A good explanation can be found Training a Model from DL4J. Epoc means to train the model on all of your data once—a single pass over the whole dataset. Why do we need to train the model with multiple epochs?

To answer this question, we need to know what happens in the training process in a Neural Network. Using the example in CS231N, it is minimizing the loss function using gradient descent. One gradient descent update most likely won’t give you the minimal loss, so we have to do multiple passes until it converges or hitting a pre-set limit—for example, the epoch number. Of course, not all machine learning require multiple passes like this, for example, K-Nearest Neigbour (K-NN) algorithm.

Now let’s talk about batch_size. It relates to how we train the model, specifically how to optimize the loss function. In the naive form, we compute the loss function over the whole dataset. Quoted from CS231N:

while True:
  weights_grad = evaluate_gradient(loss_fun, data, weights)
  weights += - step_size * weights_grad # perform parameter update

However if we have millions of records, it becomes wasteful and inefficient to repeatedly compute the loss function to do a simple gradient update. Therefore, a common way to solve the scalability issue is to compute the gradient over batches of training data.

while True:
  data_batch = sample_training_data(data, 256) # sample 256 examples
  weights_grad = evaluate_gradient(loss_fun, data_batch, weights)
  weights += - step_size * weights_grad # perform parameter update

So why does this work? To quote from the course note:

“….the gradient from a mini-batch is a good approximation of the gradient of the full objective. Therefore, much faster convergence can be achieved in practice by evaluating the mini-batch gradients to perform more frequent parameter updates.”

Gradient descent using mini-batch like this is called Minibatch Gradient Descent (MGD) but in practice this is usually referred as another concept Stochastic Gradient Descent (SGD) when the batch size is 1.

  • One question I have: with epoch and batch_size, does this mean that we update the gradient with SGD multiple times in one epoch?

Set the image dimension

  • We specified the image dimension in the code, which raised two questions:
  • Do all the images in the dataset have to be in the same dimension?
  • I assume if they don’t, we will have to resize them into the same size. How? Doesn’t the resizing make the subject in the image disproportional?

Step 2: Prepare the dataset for training and testing

# the data, shuffled and split between train and test sets
(x_train, y_train), (x_test, y_test) = mnist.load_data()

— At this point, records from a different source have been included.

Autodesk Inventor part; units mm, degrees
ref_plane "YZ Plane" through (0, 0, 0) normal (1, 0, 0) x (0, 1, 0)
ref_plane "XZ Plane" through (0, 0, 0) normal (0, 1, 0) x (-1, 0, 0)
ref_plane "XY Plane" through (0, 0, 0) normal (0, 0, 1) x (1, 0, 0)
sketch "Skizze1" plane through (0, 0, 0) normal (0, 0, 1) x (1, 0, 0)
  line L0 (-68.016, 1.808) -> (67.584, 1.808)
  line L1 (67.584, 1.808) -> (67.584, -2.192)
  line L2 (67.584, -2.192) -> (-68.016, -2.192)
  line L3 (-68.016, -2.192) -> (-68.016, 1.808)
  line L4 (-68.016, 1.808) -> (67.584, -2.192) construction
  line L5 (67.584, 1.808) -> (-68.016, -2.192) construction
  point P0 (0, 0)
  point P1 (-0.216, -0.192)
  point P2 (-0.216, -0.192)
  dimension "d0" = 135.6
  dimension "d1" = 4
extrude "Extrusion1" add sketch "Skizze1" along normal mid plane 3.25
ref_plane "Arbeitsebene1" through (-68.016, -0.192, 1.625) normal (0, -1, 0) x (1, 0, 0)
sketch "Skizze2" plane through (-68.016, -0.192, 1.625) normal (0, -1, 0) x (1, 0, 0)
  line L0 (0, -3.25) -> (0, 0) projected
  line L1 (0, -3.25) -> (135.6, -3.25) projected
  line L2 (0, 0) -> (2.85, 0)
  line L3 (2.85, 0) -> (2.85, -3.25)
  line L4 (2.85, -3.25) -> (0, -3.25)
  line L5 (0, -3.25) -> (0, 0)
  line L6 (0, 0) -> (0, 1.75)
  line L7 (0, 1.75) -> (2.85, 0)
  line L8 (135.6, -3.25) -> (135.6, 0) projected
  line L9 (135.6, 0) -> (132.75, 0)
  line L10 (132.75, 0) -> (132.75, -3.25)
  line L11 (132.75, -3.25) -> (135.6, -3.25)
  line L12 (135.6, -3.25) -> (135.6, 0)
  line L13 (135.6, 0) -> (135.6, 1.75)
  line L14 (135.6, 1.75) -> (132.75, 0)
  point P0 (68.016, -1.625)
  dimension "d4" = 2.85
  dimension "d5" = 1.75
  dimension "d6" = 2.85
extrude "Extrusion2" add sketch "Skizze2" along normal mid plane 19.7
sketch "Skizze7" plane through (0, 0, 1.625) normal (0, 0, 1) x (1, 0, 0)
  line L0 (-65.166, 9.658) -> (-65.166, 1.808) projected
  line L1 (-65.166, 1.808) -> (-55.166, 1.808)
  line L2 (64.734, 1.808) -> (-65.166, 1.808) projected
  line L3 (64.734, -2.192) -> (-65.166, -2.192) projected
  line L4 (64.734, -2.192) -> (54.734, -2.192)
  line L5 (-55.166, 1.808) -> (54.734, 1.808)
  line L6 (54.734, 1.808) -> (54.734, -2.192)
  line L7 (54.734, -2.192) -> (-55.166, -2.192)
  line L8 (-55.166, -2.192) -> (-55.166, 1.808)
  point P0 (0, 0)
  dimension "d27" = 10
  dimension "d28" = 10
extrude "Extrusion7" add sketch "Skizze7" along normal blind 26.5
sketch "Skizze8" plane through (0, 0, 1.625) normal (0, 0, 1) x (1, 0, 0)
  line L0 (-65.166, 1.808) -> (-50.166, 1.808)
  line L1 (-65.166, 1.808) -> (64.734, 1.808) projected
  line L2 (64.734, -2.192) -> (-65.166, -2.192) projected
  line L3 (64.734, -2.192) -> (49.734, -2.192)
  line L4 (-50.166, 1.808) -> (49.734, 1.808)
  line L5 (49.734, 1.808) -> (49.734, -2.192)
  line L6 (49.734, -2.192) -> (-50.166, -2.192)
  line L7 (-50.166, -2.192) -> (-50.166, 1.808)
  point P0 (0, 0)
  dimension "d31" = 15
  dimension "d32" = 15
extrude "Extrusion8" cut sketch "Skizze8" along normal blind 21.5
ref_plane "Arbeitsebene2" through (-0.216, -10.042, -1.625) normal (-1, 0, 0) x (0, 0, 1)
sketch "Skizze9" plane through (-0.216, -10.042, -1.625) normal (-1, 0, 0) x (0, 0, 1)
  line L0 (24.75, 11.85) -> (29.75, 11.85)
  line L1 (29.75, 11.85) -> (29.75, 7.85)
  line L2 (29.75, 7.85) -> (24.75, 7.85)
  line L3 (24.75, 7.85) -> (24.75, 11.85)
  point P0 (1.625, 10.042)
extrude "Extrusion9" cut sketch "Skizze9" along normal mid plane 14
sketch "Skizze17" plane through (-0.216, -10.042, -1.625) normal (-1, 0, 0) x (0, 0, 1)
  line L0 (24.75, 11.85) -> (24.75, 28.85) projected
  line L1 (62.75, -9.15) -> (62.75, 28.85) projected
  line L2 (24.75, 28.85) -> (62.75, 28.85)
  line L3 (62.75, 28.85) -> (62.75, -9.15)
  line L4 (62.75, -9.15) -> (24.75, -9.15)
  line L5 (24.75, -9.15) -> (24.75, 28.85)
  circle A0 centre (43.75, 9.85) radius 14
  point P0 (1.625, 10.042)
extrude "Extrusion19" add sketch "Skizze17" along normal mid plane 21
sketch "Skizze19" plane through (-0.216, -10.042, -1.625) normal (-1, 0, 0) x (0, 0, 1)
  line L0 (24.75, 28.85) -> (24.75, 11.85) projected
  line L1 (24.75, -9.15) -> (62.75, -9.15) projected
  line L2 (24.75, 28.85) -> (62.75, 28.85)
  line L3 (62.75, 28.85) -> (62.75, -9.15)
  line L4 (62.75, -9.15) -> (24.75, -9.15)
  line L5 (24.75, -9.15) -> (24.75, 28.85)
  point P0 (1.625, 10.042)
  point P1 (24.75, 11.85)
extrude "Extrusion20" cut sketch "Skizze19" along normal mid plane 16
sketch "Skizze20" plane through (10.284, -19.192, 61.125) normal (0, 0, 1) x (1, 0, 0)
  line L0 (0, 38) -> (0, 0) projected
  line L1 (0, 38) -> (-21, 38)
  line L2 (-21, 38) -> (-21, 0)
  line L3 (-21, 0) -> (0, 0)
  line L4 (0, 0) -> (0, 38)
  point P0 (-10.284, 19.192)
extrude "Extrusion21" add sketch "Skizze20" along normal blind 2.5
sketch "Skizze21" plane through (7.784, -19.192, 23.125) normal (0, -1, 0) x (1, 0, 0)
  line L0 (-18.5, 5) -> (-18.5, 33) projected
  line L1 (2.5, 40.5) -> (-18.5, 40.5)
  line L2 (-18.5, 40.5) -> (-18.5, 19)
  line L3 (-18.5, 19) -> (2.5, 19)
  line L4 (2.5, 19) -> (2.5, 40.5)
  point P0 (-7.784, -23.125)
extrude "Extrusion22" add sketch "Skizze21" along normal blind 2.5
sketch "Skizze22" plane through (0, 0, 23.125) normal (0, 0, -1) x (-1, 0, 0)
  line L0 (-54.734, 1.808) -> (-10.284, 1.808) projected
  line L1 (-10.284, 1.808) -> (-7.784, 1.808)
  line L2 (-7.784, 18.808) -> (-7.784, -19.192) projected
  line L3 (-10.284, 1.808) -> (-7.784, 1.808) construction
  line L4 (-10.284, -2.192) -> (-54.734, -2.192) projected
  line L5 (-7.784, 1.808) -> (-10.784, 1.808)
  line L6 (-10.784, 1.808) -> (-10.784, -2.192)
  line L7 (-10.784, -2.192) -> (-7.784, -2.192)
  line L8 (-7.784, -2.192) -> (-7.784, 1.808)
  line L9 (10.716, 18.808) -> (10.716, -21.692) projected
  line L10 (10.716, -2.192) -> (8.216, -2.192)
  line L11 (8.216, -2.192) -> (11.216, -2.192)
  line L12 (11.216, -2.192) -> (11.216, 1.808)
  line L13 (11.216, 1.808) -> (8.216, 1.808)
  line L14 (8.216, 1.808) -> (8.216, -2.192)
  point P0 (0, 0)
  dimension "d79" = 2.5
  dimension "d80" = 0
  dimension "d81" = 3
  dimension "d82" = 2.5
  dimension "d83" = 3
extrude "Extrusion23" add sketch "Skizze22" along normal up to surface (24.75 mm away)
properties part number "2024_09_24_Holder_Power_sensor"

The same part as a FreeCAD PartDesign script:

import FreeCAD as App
import Part
import Sketcher
from FreeCAD import Vector


def add_polygon(sketch, points):
    """Adds a closed chain of lines whose ends are joined by coincident constraints."""
    first, n = sketch.GeometryCount, len(points)
    for a, b in zip(points, points[1:] + points[:1]):
        sketch.addGeometry(Part.LineSegment(App.Vector(*a, 0), App.Vector(*b, 0)), False)
    for i in range(n):
        sketch.addConstraint(Sketcher.Constraint("Coincident", first + i, 2, first + (i + 1) % n, 1))

doc = App.newDocument("Part")
params = doc.addObject("Spreadsheet::Sheet", "Params")
for row, (alias, value) in enumerate([
    ("sketch1_height", "4 mm"),
    ("sketch1_width", "135.6 mm"),
    ("pad1_length", "3.25 mm"),
    ("sketch2_width", "2.85 mm"),
    ("sketch2_height", "5 mm"),
    ("pad2_length", "19.7 mm"),
    ("sketch3_height", "4 mm"),
    ("sketch3_width", "109.9 mm"),
    ("pad3_length", "26.5 mm"),
    ("sketch4_height", "4 mm"),
    ("sketch4_width", "99.9 mm"),
    ("pocket1_length", "21.5 mm"),
    ("sketch5_width", "4 mm"),
    ("sketch5_height", "5 mm"),
    ("pocket2_length", "14 mm"),
    ("sketch6_diameter", "28 mm"),
    ("sketch6_width", "38 mm"),
    ("pad4_length", "21 mm"),
    ("sketch7_width", "38 mm"),
    ("pocket3_length", "16 mm"),
    ("sketch8_width", "21 mm"),
    ("sketch8_height", "38 mm"),
    ("pad5_length", "2.5 mm"),
    ("sketch9_width", "21 mm"),
    ("sketch9_height", "21.5 mm"),
    ("pad6_length", "2.5 mm"),
    ("sketch10_width", "3 mm"),
    ("sketch10_height", "4 mm"),
    ("pad7_length", "24.75 mm"),
], start=1):
    params.set(f"A{row}", alias)
    params.set(f"B{row}", "=" + value)
    params.setAlias(f"B{row}", alias)

body = doc.addObject("PartDesign::Body", "Body")

# Sketch on XY plane
sketch1 = body.newObject("Sketcher::SketchObject", "Sketch")
sketch1.AttachmentSupport = (doc.getObject("XY_Plane"), [""])
sketch1.MapMode = "FlatFace"
add_polygon(sketch1, [(67.6, 1.8), (-68, 1.8), (-68, -2.2), (67.6, -2.2)])  # lines 0-3
sketch1.addConstraint(Sketcher.Constraint("Horizontal", 0))
sketch1.addConstraint(Sketcher.Constraint("Vertical", 1))
sketch1.addConstraint(Sketcher.Constraint("Horizontal", 2))
sketch1.addConstraint(Sketcher.Constraint("Vertical", 3))
sketch1.addConstraint(Sketcher.Constraint("DistanceY", 1, 2, 1, 1, 4.0))
sketch1.addConstraint(Sketcher.Constraint("DistanceX", 0, 2, 0, 1, 135.6))
sketch1.addConstraint(Sketcher.Constraint("DistanceX", 0, 2, -1, 1, 68.016))
sketch1.addConstraint(Sketcher.Constraint("DistanceY", -1, 1, 0, 2, 1.808))
sketch1.setExpression("Constraints[8]", "Params.sketch1_height")
sketch1.setExpression("Constraints[9]", "Params.sketch1_width")
pad1 = body.newObject("PartDesign::Pad", "Pad")
pad1.Profile = sketch1
pad1.setExpression("Length", "Params.pad1_length")
pad1.Midplane = True

# Sketch on XZ plane
sketch2 = body.newObject("Sketcher::SketchObject", "Sketch001")
sketch2.AttachmentSupport = (doc.getObject("XZ_Plane"), [""])
sketch2.MapMode = "FlatFace"
sketch2.AttachmentOffset = App.Placement(Vector(0, 0, 0.192), App.Rotation())
add_polygon(sketch2, [(64.7, 1.6), (64.7, -1.6), (67.6, -1.6), (67.6, 3.4)])  # lines 0-3
add_polygon(sketch2, [(-68, -1.6), (-65.2, -1.6), (-65.2, 1.6), (-68, 3.4)])  # lines 4-7
sketch2.addConstraint(Sketcher.Constraint("Vertical", 0))
sketch2.addConstraint(Sketcher.Constraint("Horizontal", 1))
sketch2.addConstraint(Sketcher.Constraint("Vertical", 2))
sketch2.addConstraint(Sketcher.Constraint("Horizontal", 4))
sketch2.addConstraint(Sketcher.Constraint("Vertical", 5))
sketch2.addConstraint(Sketcher.Constraint("Vertical", 7))
sketch2.addConstraint(Sketcher.Constraint("Horizontal", 1, 2, 4, 2))
sketch2.addConstraint(Sketcher.Constraint("Horizontal", 3, 2, 5, 2))
sketch2.addConstraint(Sketcher.Constraint("Horizontal", 2, 2, 6, 2))
sketch2.addConstraint(Sketcher.Constraint("Equal", 1, 4))
sketch2.addConstraint(Sketcher.Constraint("DistanceX", 1, 1, 1, 2, 2.85))
sketch2.addConstraint(Sketcher.Constraint("DistanceY", 2, 1, 2, 2, 5.0))
sketch2.addConstraint(Sketcher.Constraint("DistanceY", 3, 2, 2, 2, 1.75))
sketch2.addConstraint(Sketcher.Constraint("DistanceX", 4, 2, 0, 2, 129.9))
sketch2.addConstraint(Sketcher.Constraint("DistanceX", -1, 1, 0, 2, 64.734))
sketch2.addConstraint(Sketcher.Constraint("DistanceY", 0, 2, -1, 1, 1.625))
sketch2.setExpression("Constraints[18]", "Params.sketch2_width")
sketch2.setExpression("Constraints[19]", "Params.sketch2_height")
pad2 = body.newObject("PartDesign::Pad", "Pad001")
pad2.Profile = sketch2
pad2.setExpression("Length", "Params.pad2_length")
pad2.Midplane = True
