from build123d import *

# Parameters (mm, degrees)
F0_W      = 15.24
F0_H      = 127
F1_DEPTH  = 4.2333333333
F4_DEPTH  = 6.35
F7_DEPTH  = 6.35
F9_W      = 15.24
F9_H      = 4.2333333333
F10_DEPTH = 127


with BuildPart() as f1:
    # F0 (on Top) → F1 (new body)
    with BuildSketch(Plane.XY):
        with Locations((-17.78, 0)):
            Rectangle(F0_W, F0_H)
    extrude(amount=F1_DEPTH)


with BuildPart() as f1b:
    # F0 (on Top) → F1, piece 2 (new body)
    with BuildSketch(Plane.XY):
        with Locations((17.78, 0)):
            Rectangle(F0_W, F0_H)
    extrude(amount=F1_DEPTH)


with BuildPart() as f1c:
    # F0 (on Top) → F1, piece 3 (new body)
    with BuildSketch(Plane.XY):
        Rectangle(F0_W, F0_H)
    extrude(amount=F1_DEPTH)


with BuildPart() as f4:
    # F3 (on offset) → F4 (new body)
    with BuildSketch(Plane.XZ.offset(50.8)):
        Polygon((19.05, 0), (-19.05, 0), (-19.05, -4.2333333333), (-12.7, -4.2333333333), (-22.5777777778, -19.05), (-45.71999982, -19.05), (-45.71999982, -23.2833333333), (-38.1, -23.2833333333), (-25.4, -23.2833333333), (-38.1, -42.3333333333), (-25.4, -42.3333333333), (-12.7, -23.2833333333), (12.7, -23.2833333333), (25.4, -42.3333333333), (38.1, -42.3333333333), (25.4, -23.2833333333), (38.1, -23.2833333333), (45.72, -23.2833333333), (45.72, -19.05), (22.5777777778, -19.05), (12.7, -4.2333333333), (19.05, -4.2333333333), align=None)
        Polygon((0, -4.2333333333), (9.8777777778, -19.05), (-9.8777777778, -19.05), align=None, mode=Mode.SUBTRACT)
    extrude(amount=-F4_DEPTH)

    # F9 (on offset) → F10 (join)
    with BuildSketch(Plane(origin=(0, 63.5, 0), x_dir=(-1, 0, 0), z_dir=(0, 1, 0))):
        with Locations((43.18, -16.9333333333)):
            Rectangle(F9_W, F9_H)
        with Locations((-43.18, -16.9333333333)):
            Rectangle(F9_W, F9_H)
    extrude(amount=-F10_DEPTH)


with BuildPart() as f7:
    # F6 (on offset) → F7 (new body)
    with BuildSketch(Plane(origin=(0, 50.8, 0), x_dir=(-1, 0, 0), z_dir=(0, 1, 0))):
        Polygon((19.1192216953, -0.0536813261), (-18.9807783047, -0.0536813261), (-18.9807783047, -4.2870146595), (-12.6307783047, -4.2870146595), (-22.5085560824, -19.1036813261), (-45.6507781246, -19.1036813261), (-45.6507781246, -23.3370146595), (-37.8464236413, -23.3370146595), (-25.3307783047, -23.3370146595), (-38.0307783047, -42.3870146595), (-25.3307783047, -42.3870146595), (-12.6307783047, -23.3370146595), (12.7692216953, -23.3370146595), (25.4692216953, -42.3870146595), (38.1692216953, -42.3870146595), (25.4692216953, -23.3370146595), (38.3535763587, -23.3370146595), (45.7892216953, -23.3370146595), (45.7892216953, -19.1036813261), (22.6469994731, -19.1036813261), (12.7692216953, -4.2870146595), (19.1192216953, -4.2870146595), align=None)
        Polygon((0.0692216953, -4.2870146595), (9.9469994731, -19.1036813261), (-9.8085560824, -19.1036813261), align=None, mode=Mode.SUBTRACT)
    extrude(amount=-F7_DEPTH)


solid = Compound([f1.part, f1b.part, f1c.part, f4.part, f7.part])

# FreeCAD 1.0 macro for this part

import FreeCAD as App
import Part
import Sketcher

V = App.Vector
Q = App.Units.Quantity

doc = App.newDocument("Part")
body = doc.addObject("PartDesign::Body", "Body")

sketch1 = doc.addObject("Sketcher::SketchObject", "Sketch")
body.addObject(sketch1)
sketch1.AttachmentSupport = (doc.XY_Plane, [""])
sketch1.MapMode = "FlatFace"
sketch1.addGeometry([
    Part.LineSegment(V(-25, 64, 0), V(-25, -64, 0)),
    Part.LineSegment(V(-25, -64, 0), V(-10, -64, 0)),
    Part.LineSegment(V(-10, -64, 0), V(-10, 64, 0)),
    Part.LineSegment(V(-10, 64, 0), V(-25, 64, 0)),
], False)
sketch1.addConstraint([
    Sketcher.Constraint("Coincident", 0, 2, 1, 1),
    Sketcher.Constraint("Coincident", 1, 2, 2, 1),
    Sketcher.Constraint("Coincident", 2, 2, 3, 1),
    Sketcher.Constraint("Coincident", 3, 2, 0, 1),
    Sketcher.Constraint("Vertical", 0),
    Sketcher.Constraint("Horizontal", 1),
    Sketcher.Constraint("Vertical", 2),
    Sketcher.Constraint("Horizontal", 3),
    Sketcher.Constraint("DistanceY", 0, 2, 0, 1, Q("5 in")),
    Sketcher.Constraint("DistanceX", 1, 1, 1, 2, Q("0.6 in")),
    Sketcher.Constraint("DistanceX", 0, 2, -1, 1, Q("1 in")),
    Sketcher.Constraint("DistanceY", 0, 2, -1, 1, Q("2.5 in")),
])
pad1 = doc.addObject("PartDesign::Pad", "Pad")
body.addObject(pad1)
pad1.Profile = sketch1
pad1.Length = 4.233333
body2 = doc.addObject("PartDesign::Body", "Body001")

sketch2 = doc.addObject("Sketcher::SketchObject", "Sketch001")
body2.addObject(sketch2)
sketch2.AttachmentSupport = (doc.getObject("XY_Plane001"), [""])
sketch2.MapMode = "FlatFace"
sketch2.addGeometry([
    Part.LineSegment(V(10, 64, 0), V(10, -64, 0)),
    Part.LineSegment(V(10, -64, 0), V(25, -64, 0)),
    Part.LineSegment(V(25, -64, 0), V(25, 64, 0)),
    Part.LineSegment(V(25, 64, 0), V(10, 64, 0)),
], False)
sketch2.addConstraint([
    Sketcher.Constraint("Coincident", 0, 2, 1, 1),
    Sketcher.Constraint("Coincident", 1, 2, 2, 1),
    Sketcher.Constraint("Coincident", 2, 2, 3, 1),
    Sketcher.Constraint("Coincident", 3, 2, 0, 1),
    Sketcher.Constraint("Vertical", 0),
    Sketcher.Constraint("Horizontal", 1),
    Sketcher.Constraint("Vertical", 2),
    Sketcher.Constraint("Horizontal", 3),
    Sketcher.Constraint("DistanceY", 0, 2, 0, 1, Q("5 in")),
    Sketcher.Constraint("DistanceX", 1, 1, 1, 2, Q("0.6 in")),
    Sketcher.Constraint("DistanceX", -1, 1, 1, 2, Q("1 in")),
    Sketcher.Constraint("DistanceY", 0, 2, -1, 1, Q("2.5 in")),
])
pad2 = doc.addObject("PartDesign::Pad", "Pad001")
body2.addObject(pad2)
pad2.Profile = sketch2
pad2.Length = 4.233333
body3 = doc.addObject("PartDesign::Body", "Body002")

sketch3 = doc.addObject("Sketcher::SketchObject", "Sketch002")
body3.addObject(sketch3)
sketch3.AttachmentSupport = (doc.getObject("XY_Plane002"), [""])
sketch3.MapMode = "FlatFace"
sketch3.addGeometry([
    Part.LineSegment(V(-8, 64, 0), V(-8, -64, 0)),
    Part.LineSegment(V(-8, -64, 0), V(8, -64, 0)),
    Part.LineSegment(V(8, -64, 0), V(8, 64, 0)),
    Part.LineSegment(V(8, 64, 0), V(-8, 64, 0)),
], False)
sketch3.addConstraint([
    Sketcher.Constraint("Coincident", 0, 2, 1, 1),
    Sketcher.Constraint("Coincident", 1, 2, 2, 1),
    Sketcher.Constraint("Coincident", 2, 2, 3, 1),
    Sketcher.Constraint("Coincident", 3, 2, 0, 1),
    Sketcher.Constraint("Vertical", 0),
    Sketcher.Constraint("Horizontal", 1),
    Sketcher.Constraint("Vertical", 2),
    Sketcher.Constraint("Horizontal", 3),
    Sketcher.Constraint("Symmetric", 0, 2, 2, 2, -1, 1),
    Sketcher.Constraint("DistanceY", 0, 2, 0, 1, Q("5 in")),
    Sketcher.Constraint("DistanceX", 1, 1, 1, 2, Q("0.6 in")),
])
pad3 = doc.addObject("PartDesign::Pad", "Pad002")
body3.addObject(pad3)
pad3.Profile = sketch3
pad3.Length = 4.233333
body4 = doc.addObject("PartDesign::Body", "Body003")

sketch4 = doc.addObject("Sketcher::SketchObject", "Sketch003")
body4.addObject(sketch4)
sketch4.AttachmentSupport = (doc.getObject("XZ_Plane003"), [""])
sketch4.MapMode = "FlatFace"
sketch4.AttachmentOffset = App.Placement(V(0, 0, 2 * 25.4), App.Rotation())
sketch4.addGeometry([
    Part.LineSegment(V(19.1, 0, 0), V(-19.1, 0, 0)),
    Part.LineSegment(V(-19.1, 0, 0), V(-19.1, -4.2, 0)),
    Part.LineSegment(V(-19.1, -4.2, 0), V(-12.7, -4.2, 0)),
    Part.LineSegment(V(-12.7, -4.2, 0), V(-22.6, -19.1, 0)),
    Part.LineSegment(V(-22.6, -19.1, 0), V(-45.7, -19.1, 0)),
    Part.LineSegment(V(-45.7, -19.1, 0), V(-45.7, -23.3, 0)),
    Part.LineSegment(V(-45.7, -23.3, 0), V(-25.4, -23.3, 0)),
    Part.LineSegment(V(-25.4, -23.3, 0), V(-38.1, -42.3, 0)),
    Part.LineSegment(V(-38.1, -42.3, 0), V(-25.4, -42.3, 0)),
    Part.LineSegment(V(-25.4, -42.3, 0), V(-12.7, -23.3, 0)),
    Part.LineSegment(V(-12.7, -23.3, 0), V(12.7, -23.3, 0)),
    Part.LineSegment(V(12.7, -23.3, 0), V(25.4, -42.3, 0)),
    Part.LineSegment(V(25.4, -42.3, 0), V(38.1, -42.3, 0)),
    Part.LineSegment(V(38.1, -42.3, 0), V(25.4, -23.3, 0)),
    Part.LineSegment(V(25.4, -23.3, 0), V(45.7, -23.3, 0)),
    Part.LineSegment(V(45.7, -23.3, 0), V(45.7, -19.1, 0)),
    Part.LineSegment(V(45.7, -19.1, 0), V(22.6, -19.1, 0)),
    Part.LineSegment(V(22.6, -19.1, 0), V(12.7, -4.2, 0)),
    Part.LineSegment(V(12.7, -4.2, 0), V(19.1, -4.2, 0)),
    Part.LineSegment(V(19.1, -4.2, 0), V(19.1, 0, 0)),
    Part.LineSegment(V(-9.9, -19.1, 0), V(0, -4.2, 0)),
    Part.LineSegment(V(0, -4.2, 0), V(9.9, -19.1, 0)),
    Part.LineSegment(V(9.9, -19.1, 0), V(-9.9, -19.1, 0)),
], False)
sketch4.addConstraint([
    Sketcher.Constraint("Coincident", 0, 2, 1, 1),
    Sketcher.Constraint("Coincident", 1, 2, 2, 1),
    Sketcher.Constraint("Coincident", 2, 2, 3, 1),
    Sketcher.Constraint("Coincident", 3, 2, 4, 1),
    Sketcher.Constraint("Coincident", 4, 2, 5, 1),
    Sketcher.Constraint("Coincident", 5, 2, 6, 1),
    Sketcher.Constraint("Coincident", 6, 2, 7, 1),
    Sketcher.Constraint("Coincident", 7, 2, 8, 1),
    Sketcher.Constraint("Coincident", 8, 2, 9, 1),
    Sketcher.Constraint("Coincident", 9, 2, 10, 1),
    Sketcher.Constraint("Coincident", 10, 2, 11, 1),
    Sketcher.Constraint("Coincident", 11, 2, 12, 1),
    Sketcher.Constraint("Coincident", 12, 2, 13, 1),
    Sketcher.Constraint("Coincident", 13, 2, 14, 1),
    Sketcher.Constraint("Coincident", 14, 2, 15, 1),
    Sketcher.Constraint("Coincident", 15, 2, 16, 1),
    Sketcher.Constraint("Coincident", 16, 2, 17, 1),
    Sketcher.Constraint("Coincident", 17, 2, 18, 1),
    Sketcher.Constraint("Coincident", 18, 2, 19, 1),
    Sketcher.Constraint("Coincident", 19, 2, 0, 1),
    Sketcher.Constraint("Coincident", 20, 2, 21, 1),
    Sketcher.Constraint("Coincident", 21, 2, 22, 1),
    Sketcher.Constraint("Coincident", 22, 2, 20, 1),
    Sketcher.Constraint("Horizontal", 0),
    Sketcher.Constraint("Vertical", 1),
    Sketcher.Constraint("Horizontal", 2),
    Sketcher.Constraint("Horizontal", 4),
    Sketcher.Constraint("Vertical", 5),
    Sketcher.Constraint("Horizontal", 6),
    Sketcher.Constraint("Horizontal", 8),
    Sketcher.Constraint("Horizontal", 10),
    Sketcher.Constraint("Horizontal", 12),
    Sketcher.Constraint("Horizontal", 14),
    Sketcher.Constraint("Vertical", 15),
    Sketcher.Constraint("Horizontal", 16),
    Sketcher.Constraint("Horizontal", 18),
    Sketcher.Constraint("Vertical", 19),
    Sketcher.Constraint("Horizontal", 22),
    Sketcher.Constraint("Symmetric", 0, 2, 19, 2, -1, 1),
    Sketcher.Constraint("Symmetric", 8, 2, 11, 2, -2),
    Sketcher.Constraint("Symmetric", 6, 2, 13, 2, -2),
    Sketcher.Constraint("Symmetric", 4, 2, 15, 2, -2),
    Sketcher.Constraint("Symmetric", 2, 2, 17, 2, -2),
    Sketcher.Constraint("PointOnObject", 20, 2, -2),
    Sketcher.Constraint("Parallel", 3, 7),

if K.image_data_format() == 'channels_first':
    x_train = x_train.reshape(x_train.shape[0], 1, img_rows, img_cols)
    x_test = x_test.reshape(x_test.shape[0], 1, img_rows, img_cols)
    input_shape = (1, img_rows, img_cols)
else:
    x_train = x_train.reshape(x_train.shape[0], img_rows, img_cols, 1)
    x_test = x_test.reshape(x_test.shape[0], img_rows, img_cols, 1)
    input_shape = (img_rows, img_cols, 1)

x_train = x_train.astype('float32')
x_test = x_test.astype('float32')
x_train /= 255
x_test /= 255
print('x_train shape:', x_train.shape)
print(x_train.shape[0], 'train samples')
print(x_test.shape[0], 'test samples')

# convert class vectors to binary class matrices
y_train = keras.utils.to_categorical(y_train, num_classes)
y_test = keras.utils.to_categorical(y_test, num_classes)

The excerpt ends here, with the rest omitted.